Sidgwick and Myers, like most of their academic contemporaries, were initially repulsed by the phenomenon of Spiritualism, which had spread
in
the 1850s and '60s to England from the crude hinterlands of America, where it had first erupted in the spring of 1848 in Hydesville, New York. There the two Fox sisters, aged 12 and 14, began hearing raps in their little house, allegedly from a dead peddler buried in the basement. As with the poor peddler (his initials were C. B., and he claimed to have been slain by a butcher's knife by the previous homeowner, a blacksmith named John C. Bell), these Spiritualist movements would operate with a more or less literal reading of the spirits as objectively real entities that interact with living human beings via mediums, knockings, table tippings, dreams, and the cultus of the home séance.

And then things got wilder.

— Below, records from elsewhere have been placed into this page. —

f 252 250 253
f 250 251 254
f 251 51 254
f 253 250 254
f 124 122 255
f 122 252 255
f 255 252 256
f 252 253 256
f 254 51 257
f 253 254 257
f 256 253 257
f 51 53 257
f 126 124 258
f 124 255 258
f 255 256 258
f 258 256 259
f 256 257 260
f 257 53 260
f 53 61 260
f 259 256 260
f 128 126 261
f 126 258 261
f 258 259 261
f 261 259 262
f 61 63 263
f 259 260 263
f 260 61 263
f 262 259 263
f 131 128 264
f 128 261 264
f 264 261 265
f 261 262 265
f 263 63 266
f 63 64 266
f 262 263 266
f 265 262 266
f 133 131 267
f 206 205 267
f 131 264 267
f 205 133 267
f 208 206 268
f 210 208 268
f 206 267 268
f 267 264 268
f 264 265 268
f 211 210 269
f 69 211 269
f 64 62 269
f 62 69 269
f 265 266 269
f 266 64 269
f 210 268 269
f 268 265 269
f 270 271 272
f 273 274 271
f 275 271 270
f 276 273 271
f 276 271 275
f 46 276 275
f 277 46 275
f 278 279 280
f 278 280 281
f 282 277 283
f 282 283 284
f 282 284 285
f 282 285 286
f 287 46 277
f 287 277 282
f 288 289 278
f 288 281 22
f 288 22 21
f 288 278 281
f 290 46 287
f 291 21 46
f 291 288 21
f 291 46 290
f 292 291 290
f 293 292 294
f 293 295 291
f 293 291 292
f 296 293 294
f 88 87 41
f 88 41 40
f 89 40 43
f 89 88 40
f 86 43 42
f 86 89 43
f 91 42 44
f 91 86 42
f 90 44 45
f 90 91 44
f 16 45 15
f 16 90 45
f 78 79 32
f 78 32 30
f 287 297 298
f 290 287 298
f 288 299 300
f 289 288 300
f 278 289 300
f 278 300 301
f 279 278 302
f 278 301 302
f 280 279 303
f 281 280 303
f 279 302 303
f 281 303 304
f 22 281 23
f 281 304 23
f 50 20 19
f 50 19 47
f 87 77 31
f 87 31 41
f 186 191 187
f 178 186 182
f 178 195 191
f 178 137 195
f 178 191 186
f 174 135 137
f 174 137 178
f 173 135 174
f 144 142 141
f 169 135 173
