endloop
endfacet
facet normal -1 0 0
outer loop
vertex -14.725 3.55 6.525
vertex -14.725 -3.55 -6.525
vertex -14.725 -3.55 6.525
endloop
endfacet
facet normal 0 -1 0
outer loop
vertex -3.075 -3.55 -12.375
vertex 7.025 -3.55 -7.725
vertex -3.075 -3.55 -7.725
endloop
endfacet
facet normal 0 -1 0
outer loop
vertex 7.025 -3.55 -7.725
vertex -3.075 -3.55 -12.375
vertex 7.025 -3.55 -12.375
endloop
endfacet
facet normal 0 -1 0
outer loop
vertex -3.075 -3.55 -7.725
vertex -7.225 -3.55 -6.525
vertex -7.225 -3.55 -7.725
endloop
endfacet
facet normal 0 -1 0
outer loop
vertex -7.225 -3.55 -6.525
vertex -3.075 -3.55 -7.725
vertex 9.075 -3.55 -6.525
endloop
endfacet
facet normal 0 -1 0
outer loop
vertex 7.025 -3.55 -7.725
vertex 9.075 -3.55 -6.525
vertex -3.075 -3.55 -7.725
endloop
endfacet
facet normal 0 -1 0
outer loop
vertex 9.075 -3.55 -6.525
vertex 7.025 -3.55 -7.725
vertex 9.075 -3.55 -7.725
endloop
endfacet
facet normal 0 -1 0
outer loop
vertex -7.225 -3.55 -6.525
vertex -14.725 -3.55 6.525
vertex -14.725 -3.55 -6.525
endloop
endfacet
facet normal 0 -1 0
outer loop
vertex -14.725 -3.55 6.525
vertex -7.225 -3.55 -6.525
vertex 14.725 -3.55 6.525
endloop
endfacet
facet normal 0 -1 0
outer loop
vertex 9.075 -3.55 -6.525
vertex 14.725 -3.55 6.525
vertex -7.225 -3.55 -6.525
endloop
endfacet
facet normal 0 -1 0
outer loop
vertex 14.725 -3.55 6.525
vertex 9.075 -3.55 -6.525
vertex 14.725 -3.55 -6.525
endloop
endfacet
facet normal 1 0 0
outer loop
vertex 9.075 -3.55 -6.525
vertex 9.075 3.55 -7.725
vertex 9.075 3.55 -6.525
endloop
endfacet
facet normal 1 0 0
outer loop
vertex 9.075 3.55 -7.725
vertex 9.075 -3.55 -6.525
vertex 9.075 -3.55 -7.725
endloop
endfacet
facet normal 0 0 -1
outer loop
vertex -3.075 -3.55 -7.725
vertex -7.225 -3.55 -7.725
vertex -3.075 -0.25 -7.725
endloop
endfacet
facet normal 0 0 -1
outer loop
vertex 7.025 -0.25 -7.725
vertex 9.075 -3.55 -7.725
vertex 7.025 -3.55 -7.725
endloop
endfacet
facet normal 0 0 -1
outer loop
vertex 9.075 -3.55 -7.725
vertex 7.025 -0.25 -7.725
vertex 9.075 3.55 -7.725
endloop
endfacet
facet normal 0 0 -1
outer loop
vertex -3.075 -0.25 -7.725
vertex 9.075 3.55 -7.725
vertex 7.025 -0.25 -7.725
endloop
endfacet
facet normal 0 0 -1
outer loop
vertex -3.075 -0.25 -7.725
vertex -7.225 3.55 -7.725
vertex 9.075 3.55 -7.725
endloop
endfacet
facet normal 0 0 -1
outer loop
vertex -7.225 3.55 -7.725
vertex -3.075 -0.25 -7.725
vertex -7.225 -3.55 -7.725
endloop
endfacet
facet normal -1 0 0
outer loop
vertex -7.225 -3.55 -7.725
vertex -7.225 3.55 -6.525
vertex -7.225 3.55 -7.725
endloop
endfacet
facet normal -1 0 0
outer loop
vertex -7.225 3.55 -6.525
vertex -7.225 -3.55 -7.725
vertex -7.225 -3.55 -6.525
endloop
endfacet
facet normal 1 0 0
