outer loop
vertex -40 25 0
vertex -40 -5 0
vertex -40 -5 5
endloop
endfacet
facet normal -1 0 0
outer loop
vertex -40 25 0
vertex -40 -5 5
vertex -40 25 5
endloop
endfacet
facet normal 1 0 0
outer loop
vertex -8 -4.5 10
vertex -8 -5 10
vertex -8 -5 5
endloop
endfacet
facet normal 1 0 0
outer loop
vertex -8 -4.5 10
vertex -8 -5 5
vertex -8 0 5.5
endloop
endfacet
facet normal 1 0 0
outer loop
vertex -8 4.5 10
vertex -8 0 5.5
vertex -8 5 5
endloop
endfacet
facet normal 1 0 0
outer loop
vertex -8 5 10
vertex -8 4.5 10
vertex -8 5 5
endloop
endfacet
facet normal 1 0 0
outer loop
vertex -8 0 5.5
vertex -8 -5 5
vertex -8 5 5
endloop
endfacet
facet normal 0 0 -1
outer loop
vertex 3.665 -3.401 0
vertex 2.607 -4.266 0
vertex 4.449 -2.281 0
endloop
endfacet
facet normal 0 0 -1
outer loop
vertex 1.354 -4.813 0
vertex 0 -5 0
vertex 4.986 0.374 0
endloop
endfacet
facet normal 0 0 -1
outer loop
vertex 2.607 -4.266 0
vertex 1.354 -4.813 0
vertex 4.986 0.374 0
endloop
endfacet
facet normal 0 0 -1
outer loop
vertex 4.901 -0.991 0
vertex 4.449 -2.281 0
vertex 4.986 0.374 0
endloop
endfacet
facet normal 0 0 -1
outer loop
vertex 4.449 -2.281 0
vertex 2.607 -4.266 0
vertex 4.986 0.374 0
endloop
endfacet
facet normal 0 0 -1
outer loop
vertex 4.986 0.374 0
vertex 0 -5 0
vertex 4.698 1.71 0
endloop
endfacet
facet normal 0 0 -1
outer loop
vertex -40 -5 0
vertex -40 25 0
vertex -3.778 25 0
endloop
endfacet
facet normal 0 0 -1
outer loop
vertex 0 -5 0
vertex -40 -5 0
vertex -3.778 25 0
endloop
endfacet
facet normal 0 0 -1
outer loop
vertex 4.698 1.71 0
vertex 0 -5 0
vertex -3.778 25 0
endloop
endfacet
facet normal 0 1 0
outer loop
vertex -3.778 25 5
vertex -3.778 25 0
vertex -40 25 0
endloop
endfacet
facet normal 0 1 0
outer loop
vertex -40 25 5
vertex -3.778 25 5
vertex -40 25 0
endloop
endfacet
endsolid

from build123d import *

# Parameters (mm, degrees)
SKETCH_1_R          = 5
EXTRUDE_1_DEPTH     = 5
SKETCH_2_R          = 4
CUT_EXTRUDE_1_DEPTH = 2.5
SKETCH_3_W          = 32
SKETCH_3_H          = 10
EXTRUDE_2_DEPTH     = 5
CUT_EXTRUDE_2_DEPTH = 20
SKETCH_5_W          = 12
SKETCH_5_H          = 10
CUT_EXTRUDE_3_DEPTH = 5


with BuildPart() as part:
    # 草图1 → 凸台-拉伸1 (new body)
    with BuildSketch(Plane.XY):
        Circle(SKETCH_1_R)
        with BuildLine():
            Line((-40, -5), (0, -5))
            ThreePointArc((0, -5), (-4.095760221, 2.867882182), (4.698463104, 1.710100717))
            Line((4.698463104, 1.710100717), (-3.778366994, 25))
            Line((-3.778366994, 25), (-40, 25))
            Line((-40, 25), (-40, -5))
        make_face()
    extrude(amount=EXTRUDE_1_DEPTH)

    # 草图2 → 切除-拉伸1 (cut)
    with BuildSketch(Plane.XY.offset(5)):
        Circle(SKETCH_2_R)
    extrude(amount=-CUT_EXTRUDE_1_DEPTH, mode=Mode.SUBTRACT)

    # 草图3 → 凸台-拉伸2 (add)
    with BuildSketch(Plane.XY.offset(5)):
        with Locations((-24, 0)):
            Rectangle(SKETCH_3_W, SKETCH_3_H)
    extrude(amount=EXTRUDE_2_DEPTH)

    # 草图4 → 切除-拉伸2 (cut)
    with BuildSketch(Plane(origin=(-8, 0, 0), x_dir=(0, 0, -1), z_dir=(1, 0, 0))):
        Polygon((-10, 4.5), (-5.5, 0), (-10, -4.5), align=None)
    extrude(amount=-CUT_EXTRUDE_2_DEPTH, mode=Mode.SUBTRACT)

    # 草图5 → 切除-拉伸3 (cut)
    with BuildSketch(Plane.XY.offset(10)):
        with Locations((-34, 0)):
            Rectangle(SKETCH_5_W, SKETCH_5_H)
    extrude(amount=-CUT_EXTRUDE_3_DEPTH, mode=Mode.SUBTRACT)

It was one thing when men like Mark Twain or Abraham Lincoln engaged Spiritualist beliefs and confessed to precognitive intuitions of their own or their loved one's deaths.
45
It was quite another when spirits began showing up for “spirit photographs” (which usually amounted to little more than primitive double exposures) or when floating trumpets and accordions played on a literal stage in poor light, for paying patrons no less. Such scenes did not exactly instill confidence in Cambridge intellectuals.

Nor did many of the spirit messages. There were real beauties here, like the one Gauld quotes from the spirit sermon of Reverend H. Snow: “We cannot dwell minutely upon the particulars which go to make up the sum total of the vastness of immensity.”
46
What made the situation even more appalling to professional writers was the fact that similar lines were being composed from the spirits of the likes of Emanuel Swedenborg, Saint Paul, and John the Baptist. Gauld dryly concludes: “Of their efforts one can only say that if the great minds of this world degenerate so much in the next the prospect for lesser fry is bleak indeed.”
47

Things were not entirely bleak, however. For one thing, as numerous historians, including Gauld himself, have pointed out, these outlandish belief systems often encoded the most progressive and socially liberal visions of the time, visions that would only find realization decades later when the broader culture in effect “caught up” with what the spirits had been saying for quite some time. On some issues, moreover, the culture has
yet
to catch up with the nineteenth-century séances.

The Spiritualist movement, for example, was often especially liberal and ahead of its time when it came to gender and sexual issues. Discussions around both the mysteries of postmortem sexuality and the practice of an earthly ethic of free love were not uncommon in Spiritualist literature, and both the Spiritualist and especially the later occult communities were
filled
with heterodox sexual ideas, mystico-erotic practices, and alternative
genders
and sexualities. These included, among other things, the abandonment of dysfunctional marriages for “spiritual affinities” or soul-mates, sexual intercourse with Elementals or subtle beings, ectoplasm emerging from between the legs (read: from the vaginas) of female mediums, the theological identification of the Fall with sex (a quite common equation in the history of Western esotericism), ritual intercourse without orgasm or movement (a practice taught by Thomas Lake Harris and latter dubbed “Carezza”), a famous female religious leader known to her intimates as “Jack” (Madame Blavatsky), and an equally famous male leader who received his most potent magical revelation in a traumatic homosexual ritual encounter that he himself designed (Aleister Crowley).